Men are all about the extra mile.
Women hate the Beast with Two Backs because it takes the iron-fisted, tight-assed control over they crave over their lives and chucks it against the rocks. It also says ‘fuck you,’ at the same time like it’s really rubbing it in there for good measure. There’s only one thing women love more than diamonds, drama, and abusive boyfriends; and that’s control. As a man and having the natural inclination towards math that women lack, you can put 2 and 2 together: women hate fucking.
Men don’t need that delusion of control. We don’t live our lives in fantasy worlds where animals are children and genetics and ill-fitting trousers cause fatness over Frappaccinos and gold brickery. We men are perfectly happy no matter how things turn out because we know we did our man-best. We are the best so we did our best. It only makes sense.
That’s why men like fast cars, loose women, and short conversations. You might smash into a cliff or get your wallet stolen at any moment — or you might get yourself into a hilarious misunderstanding! The only thing you know for sure is that you’ll be on the move. That means progress.
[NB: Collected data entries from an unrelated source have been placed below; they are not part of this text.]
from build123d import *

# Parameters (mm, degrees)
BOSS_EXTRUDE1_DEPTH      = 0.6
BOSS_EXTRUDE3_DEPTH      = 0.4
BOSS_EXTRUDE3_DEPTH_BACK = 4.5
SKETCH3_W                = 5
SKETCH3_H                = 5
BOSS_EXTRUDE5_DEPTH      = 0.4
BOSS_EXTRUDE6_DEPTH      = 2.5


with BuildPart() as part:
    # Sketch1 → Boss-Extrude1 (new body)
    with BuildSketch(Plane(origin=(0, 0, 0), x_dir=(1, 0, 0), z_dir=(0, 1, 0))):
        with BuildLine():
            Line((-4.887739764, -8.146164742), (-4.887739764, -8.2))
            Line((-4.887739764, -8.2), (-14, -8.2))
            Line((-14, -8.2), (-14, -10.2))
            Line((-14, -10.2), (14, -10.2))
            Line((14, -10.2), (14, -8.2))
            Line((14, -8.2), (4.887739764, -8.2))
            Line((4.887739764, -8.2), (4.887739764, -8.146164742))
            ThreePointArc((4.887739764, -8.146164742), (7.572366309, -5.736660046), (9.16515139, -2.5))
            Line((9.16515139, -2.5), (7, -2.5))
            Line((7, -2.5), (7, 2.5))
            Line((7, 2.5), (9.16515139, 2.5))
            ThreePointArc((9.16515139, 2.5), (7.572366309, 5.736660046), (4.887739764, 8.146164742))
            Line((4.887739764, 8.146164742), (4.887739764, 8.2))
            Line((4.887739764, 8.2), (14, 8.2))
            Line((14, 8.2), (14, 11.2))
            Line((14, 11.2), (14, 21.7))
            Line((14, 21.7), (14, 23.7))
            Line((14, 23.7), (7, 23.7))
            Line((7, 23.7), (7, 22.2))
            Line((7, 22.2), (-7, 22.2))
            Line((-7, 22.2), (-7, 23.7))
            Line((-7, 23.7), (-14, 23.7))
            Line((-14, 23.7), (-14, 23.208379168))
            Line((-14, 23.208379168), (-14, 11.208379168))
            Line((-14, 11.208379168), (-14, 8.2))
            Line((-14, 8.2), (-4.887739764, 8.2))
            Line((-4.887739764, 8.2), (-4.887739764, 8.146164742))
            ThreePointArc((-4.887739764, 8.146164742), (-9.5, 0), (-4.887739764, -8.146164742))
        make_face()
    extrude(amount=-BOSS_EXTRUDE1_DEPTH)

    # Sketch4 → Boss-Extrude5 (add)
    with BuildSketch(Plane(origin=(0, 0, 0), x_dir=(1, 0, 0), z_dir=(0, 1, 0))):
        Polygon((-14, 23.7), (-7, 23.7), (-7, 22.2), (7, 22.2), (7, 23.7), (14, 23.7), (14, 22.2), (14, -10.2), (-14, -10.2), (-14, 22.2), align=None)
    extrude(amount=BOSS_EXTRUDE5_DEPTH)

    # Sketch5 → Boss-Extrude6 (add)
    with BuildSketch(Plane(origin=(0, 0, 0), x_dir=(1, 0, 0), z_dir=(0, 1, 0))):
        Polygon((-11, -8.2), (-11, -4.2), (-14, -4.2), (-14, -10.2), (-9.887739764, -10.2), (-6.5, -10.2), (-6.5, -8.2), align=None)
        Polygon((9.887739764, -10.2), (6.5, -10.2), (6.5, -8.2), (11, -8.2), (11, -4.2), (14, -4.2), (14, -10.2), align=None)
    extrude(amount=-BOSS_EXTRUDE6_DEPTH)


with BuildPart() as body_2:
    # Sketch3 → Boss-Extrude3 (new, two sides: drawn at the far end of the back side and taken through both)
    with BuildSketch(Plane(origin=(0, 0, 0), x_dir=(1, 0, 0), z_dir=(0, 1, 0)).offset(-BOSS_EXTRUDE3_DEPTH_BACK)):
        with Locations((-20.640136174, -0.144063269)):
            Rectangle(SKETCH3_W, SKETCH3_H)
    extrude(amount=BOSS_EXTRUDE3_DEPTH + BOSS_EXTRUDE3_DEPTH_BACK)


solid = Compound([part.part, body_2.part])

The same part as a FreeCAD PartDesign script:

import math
import FreeCAD as App
import Part
import Sketcher

doc = App.newDocument("Part")
body = doc.addObject("PartDesign::Body", "Body")

# Sketch on XZ plane
sketch1 = body.newObject("Sketcher::SketchObject", "Sketch")
sketch1.AttachmentSupport = (doc.getObject("XZ_Plane"), [""])
sketch1.MapMode = "FlatFace"
sketch1.addGeometry([
    Part.LineSegment(App.Vector(-4.89, 8.15, 0), App.Vector(-4.89, 8.2, 0)),  # 0
    Part.LineSegment(App.Vector(-4.89, 8.2, 0), App.Vector(-14, 8.2, 0)),  # 1
    Part.LineSegment(App.Vector(-14, 8.2, 0), App.Vector(-14, 10.2, 0)),  # 2
    Part.LineSegment(App.Vector(-14, 10.2, 0), App.Vector(14, 10.2, 0)),  # 3
    Part.LineSegment(App.Vector(14, 10.2, 0), App.Vector(14, 8.2, 0)),  # 4
    Part.LineSegment(App.Vector(14, 8.2, 0), App.Vector(4.89, 8.2, 0)),  # 5
    Part.LineSegment(App.Vector(4.89, 8.2, 0), App.Vector(4.89, 8.15, 0)),  # 6
    Part.ArcOfCircle(Part.Circle(App.Vector(0, 0, 0), App.Vector(0, 0, 1), 9.5), math.radians(15), math.radians(59)),  # 7
    Part.LineSegment(App.Vector(9.17, 2.5, 0), App.Vector(7, 2.5, 0)),  # 8
    Part.LineSegment(App.Vector(7, 2.5, 0), App.Vector(7, -2.5, 0)),  # 9
    Part.LineSegment(App.Vector(7, -2.5, 0), App.Vector(9.17, -2.5, 0)),  # 10
    Part.ArcOfCircle(Part.Circle(App.Vector(0, 0, 0), App.Vector(0, 0, 1), 9.5), math.radians(-59), math.radians(-15)),  # 11
    Part.LineSegment(App.Vector(4.89, -8.15, 0), App.Vector(4.89, -8.2, 0)),  # 12
    Part.LineSegment(App.Vector(4.89, -8.2, 0), App.Vector(14, -8.2, 0)),  # 13
    Part.LineSegment(App.Vector(14, -8.2, 0), App.Vector(14, -23.7, 0)),  # 14
    Part.LineSegment(App.Vector(14, -23.7, 0), App.Vector(7, -23.7, 0)),  # 15
    Part.LineSegment(App.Vector(7, -23.7, 0), App.Vector(7, -22.2, 0)),  # 16
    Part.LineSegment(App.Vector(7, -22.2, 0), App.Vector(-7, -22.2, 0)),  # 17
    Part.LineSegment(App.Vector(-7, -22.2, 0), App.Vector(-7, -23.7, 0)),  # 18
    Part.LineSegment(App.Vector(-7, -23.7, 0), App.Vector(-14, -23.7, 0)),  # 19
Women need to feel like they have control over their lives because they don’t want responsibility over anything. They’re all children, and growing up for women is exactly like what you think would happen to those captive dolphins if they released any of them into the wild.
You know what I’m talking about? Probably — because you’re a man. Women are always bitching and moaning about dolphins and animals in zoos, but anyone with a brain knows from a mile away that those creatures would be completely fucked in the wild. That’s women without their precious rules and control. It’s like how your mother told you not to eat cookies and Kool-Aid all day when you were little because it would wreck your appetite. Fuck it. I’ll wreck my appetite if my desires incline me to do so. Then I’ll deal with the consequences. How bad could they be? I’m a man so I can handle anything life throws at me.
And that’s the point. That’s why we men like making the Bedroom Banjo and women don’t. We do what we want. We don’t shirk responsibility for our desires and we make our own rules.
We also don’t need our mothers telling us what to do when we’re thirty. That’s the last thing you need at that age; a woman telling you what to do.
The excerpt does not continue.